**Task statement:** From the line containing "# Parameters (mm, degrees)" down to the line containing "# F8 (on face) → F10 (join)" in the records below, reproduce every line exactly, ends included, and omit all others.

**Dataset:**
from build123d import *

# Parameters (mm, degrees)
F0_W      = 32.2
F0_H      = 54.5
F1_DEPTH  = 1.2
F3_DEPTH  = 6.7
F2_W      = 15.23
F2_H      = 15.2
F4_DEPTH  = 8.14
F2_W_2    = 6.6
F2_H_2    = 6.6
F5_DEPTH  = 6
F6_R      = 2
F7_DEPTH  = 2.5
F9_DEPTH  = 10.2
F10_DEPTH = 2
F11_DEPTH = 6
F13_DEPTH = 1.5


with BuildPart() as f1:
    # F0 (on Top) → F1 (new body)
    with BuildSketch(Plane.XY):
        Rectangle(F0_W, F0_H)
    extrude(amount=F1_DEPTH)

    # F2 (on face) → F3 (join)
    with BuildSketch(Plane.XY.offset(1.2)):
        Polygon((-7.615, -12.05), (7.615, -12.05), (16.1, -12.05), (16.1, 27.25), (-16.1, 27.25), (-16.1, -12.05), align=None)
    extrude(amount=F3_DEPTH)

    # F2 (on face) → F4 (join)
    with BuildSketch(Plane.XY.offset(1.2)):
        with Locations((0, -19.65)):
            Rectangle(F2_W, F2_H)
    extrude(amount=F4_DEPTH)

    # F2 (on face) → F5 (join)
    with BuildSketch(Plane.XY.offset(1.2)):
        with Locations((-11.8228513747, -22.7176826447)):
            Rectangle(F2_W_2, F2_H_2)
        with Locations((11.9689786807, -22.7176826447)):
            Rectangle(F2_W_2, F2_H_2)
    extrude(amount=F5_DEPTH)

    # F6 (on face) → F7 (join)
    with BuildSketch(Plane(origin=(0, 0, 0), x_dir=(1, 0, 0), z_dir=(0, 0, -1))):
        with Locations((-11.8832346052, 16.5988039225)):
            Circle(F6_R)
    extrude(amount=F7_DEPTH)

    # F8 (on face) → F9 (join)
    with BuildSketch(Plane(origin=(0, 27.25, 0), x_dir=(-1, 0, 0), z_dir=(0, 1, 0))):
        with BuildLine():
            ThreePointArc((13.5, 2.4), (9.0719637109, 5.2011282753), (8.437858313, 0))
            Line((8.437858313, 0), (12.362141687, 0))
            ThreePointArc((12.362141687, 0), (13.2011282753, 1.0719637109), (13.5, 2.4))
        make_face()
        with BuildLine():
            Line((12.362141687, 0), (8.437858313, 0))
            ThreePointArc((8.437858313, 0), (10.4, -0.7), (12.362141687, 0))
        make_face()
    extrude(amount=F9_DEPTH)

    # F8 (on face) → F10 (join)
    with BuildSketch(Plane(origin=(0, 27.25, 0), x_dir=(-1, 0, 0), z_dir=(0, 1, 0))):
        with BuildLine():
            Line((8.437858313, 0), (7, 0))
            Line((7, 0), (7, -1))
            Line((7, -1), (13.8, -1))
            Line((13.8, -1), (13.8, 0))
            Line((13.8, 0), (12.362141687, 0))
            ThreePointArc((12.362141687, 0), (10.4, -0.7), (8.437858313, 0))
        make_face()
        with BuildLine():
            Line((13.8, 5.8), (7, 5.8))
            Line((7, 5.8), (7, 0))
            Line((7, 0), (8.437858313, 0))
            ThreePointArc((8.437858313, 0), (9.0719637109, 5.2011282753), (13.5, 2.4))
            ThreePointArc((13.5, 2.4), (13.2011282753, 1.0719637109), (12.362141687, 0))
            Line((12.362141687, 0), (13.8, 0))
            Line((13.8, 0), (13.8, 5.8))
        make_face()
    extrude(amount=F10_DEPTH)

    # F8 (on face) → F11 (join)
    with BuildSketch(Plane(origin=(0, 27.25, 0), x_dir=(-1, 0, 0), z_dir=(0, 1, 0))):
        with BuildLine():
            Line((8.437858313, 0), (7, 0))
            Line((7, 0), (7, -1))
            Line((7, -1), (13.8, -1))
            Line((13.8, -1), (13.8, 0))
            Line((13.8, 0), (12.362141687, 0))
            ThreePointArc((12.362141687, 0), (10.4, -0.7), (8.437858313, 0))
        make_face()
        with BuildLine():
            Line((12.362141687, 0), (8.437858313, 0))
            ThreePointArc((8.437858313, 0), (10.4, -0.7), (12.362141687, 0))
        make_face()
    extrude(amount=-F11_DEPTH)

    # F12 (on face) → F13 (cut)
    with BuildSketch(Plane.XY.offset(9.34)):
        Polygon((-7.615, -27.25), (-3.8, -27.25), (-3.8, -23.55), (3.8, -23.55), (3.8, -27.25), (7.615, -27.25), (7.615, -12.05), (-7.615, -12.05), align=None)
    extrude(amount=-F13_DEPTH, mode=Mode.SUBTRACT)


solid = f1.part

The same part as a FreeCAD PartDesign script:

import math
import FreeCAD as App
import Part
import Sketcher


def add_polygon(sketch, points):
    """Adds a closed chain of lines whose ends are joined by coincident constraints."""
    first, n = sketch.GeometryCount, len(points)
    for a, b in zip(points, points[1:] + points[:1]):
        sketch.addGeometry(Part.LineSegment(App.Vector(*a, 0), App.Vector(*b, 0)), False)
    for i in range(n):
        sketch.addConstraint(Sketcher.Constraint("Coincident", first + i, 2, first + (i + 1) % n, 1))

doc = App.newDocument("Part")
body = doc.addObject("PartDesign::Body", "Body")

sketch1 = body.newObject("Sketcher::SketchObject", "Sketch")
sketch1.AttachmentSupport = (doc.getObject("XY_Plane"), [""])
sketch1.MapMode = "FlatFace"
add_polygon(sketch1, [(-16.1, 27.25), (-16.1, -27.25), (16.1, -27.25), (16.1, 27.25)])
sketch1.addConstraint(Sketcher.Constraint("Vertical", 0))
sketch1.addConstraint(Sketcher.Constraint("Horizontal", 1))
sketch1.addConstraint(Sketcher.Constraint("Vertical", 2))
sketch1.addConstraint(Sketcher.Constraint("Horizontal", 3))
sketch1.addConstraint(Sketcher.Constraint("Symmetric", 0, 2, 2, 2, -1, 1))
sketch1.addConstraint(Sketcher.Constraint("DistanceX", 1, 1, 1, 2, 32.2))
sketch1.addConstraint(Sketcher.Constraint("DistanceY", 0, 2, 0, 1, 54.5))
pad1 = body.newObject("PartDesign::Pad", "Pad")
pad1.Profile = sketch1
pad1.Length = 1.2

sketch2 = body.newObject("Sketcher::SketchObject", "Sketch001")
sketch2.AttachmentSupport = (doc.getObject("XY_Plane"), [""])
sketch2.MapMode = "FlatFace"
sketch2.AttachmentOffset = App.Placement(App.Vector(0, 0, 1.2), App.Rotation())
add_polygon(sketch2, [(16.1, -12.05), (16.1, 27.25), (-16.1, 27.25), (-16.1, -12.05)])
sketch2.addConstraint(Sketcher.Constraint("Vertical", 0))
sketch2.addConstraint(Sketcher.Constraint("Horizontal", 1))
sketch2.addConstraint(Sketcher.Constraint("Vertical", 2))
sketch2.addConstraint(Sketcher.Constraint("Horizontal", 3))
sketch2.addConstraint(Sketcher.Constraint("DistanceX", 1, 2, 1, 1, 32.2))
sketch2.addConstraint(Sketcher.Constraint("DistanceY", 0, 1, 0, 2, 39.3))
sketch2.addConstraint(Sketcher.Constraint("DistanceX", -1, 1, 0, 2, 16.1))
sketch2.addConstraint(Sketcher.Constraint("DistanceY", -1, 1, 0, 2, 27.25))
pad2 = body.newObject("PartDesign::Pad", "Pad001")
pad2.Profile = sketch2
pad2.Length = 6.7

**The completed task:**
# Parameters (mm, degrees)
F0_W      = 32.2
F0_H      = 54.5
F1_DEPTH  = 1.2
F3_DEPTH  = 6.7
F2_W      = 15.23
F2_H      = 15.2
F4_DEPTH  = 8.14
F2_W_2    = 6.6
F2_H_2    = 6.6
F5_DEPTH  = 6
F6_R      = 2
F7_DEPTH  = 2.5
F9_DEPTH  = 10.2
F10_DEPTH = 2
F11_DEPTH = 6
F13_DEPTH = 1.5


with BuildPart() as f1:
    # F0 (on Top) → F1 (new body)
    with BuildSketch(Plane.XY):
        Rectangle(F0_W, F0_H)
    extrude(amount=F1_DEPTH)

    # F2 (on face) → F3 (join)
    with BuildSketch(Plane.XY.offset(1.2)):
        Polygon((-7.615, -12.05), (7.615, -12.05), (16.1, -12.05), (16.1, 27.25), (-16.1, 27.25), (-16.1, -12.05), align=None)
    extrude(amount=F3_DEPTH)

    # F2 (on face) → F4 (join)
    with BuildSketch(Plane.XY.offset(1.2)):
        with Locations((0, -19.65)):
            Rectangle(F2_W, F2_H)
    extrude(amount=F4_DEPTH)

    # F2 (on face) → F5 (join)
    with BuildSketch(Plane.XY.offset(1.2)):
        with Locations((-11.8228513747, -22.7176826447)):
            Rectangle(F2_W_2, F2_H_2)
        with Locations((11.9689786807, -22.7176826447)):
            Rectangle(F2_W_2, F2_H_2)
    extrude(amount=F5_DEPTH)

    # F6 (on face) → F7 (join)
    with BuildSketch(Plane(origin=(0, 0, 0), x_dir=(1, 0, 0), z_dir=(0, 0, -1))):
        with Locations((-11.8832346052, 16.5988039225)):
            Circle(F6_R)
    extrude(amount=F7_DEPTH)

    # F8 (on face) → F9 (join)
    with BuildSketch(Plane(origin=(0, 27.25, 0), x_dir=(-1, 0, 0), z_dir=(0, 1, 0))):
        with BuildLine():
            ThreePointArc((13.5, 2.4), (9.0719637109, 5.2011282753), (8.437858313, 0))
            Line((8.437858313, 0), (12.362141687, 0))
            ThreePointArc((12.362141687, 0), (13.2011282753, 1.0719637109), (13.5, 2.4))
        make_face()
        with BuildLine():
            Line((12.362141687, 0), (8.437858313, 0))
            ThreePointArc((8.437858313, 0), (10.4, -0.7), (12.362141687, 0))
        make_face()
    extrude(amount=F9_DEPTH)

    # F8 (on face) → F10 (join)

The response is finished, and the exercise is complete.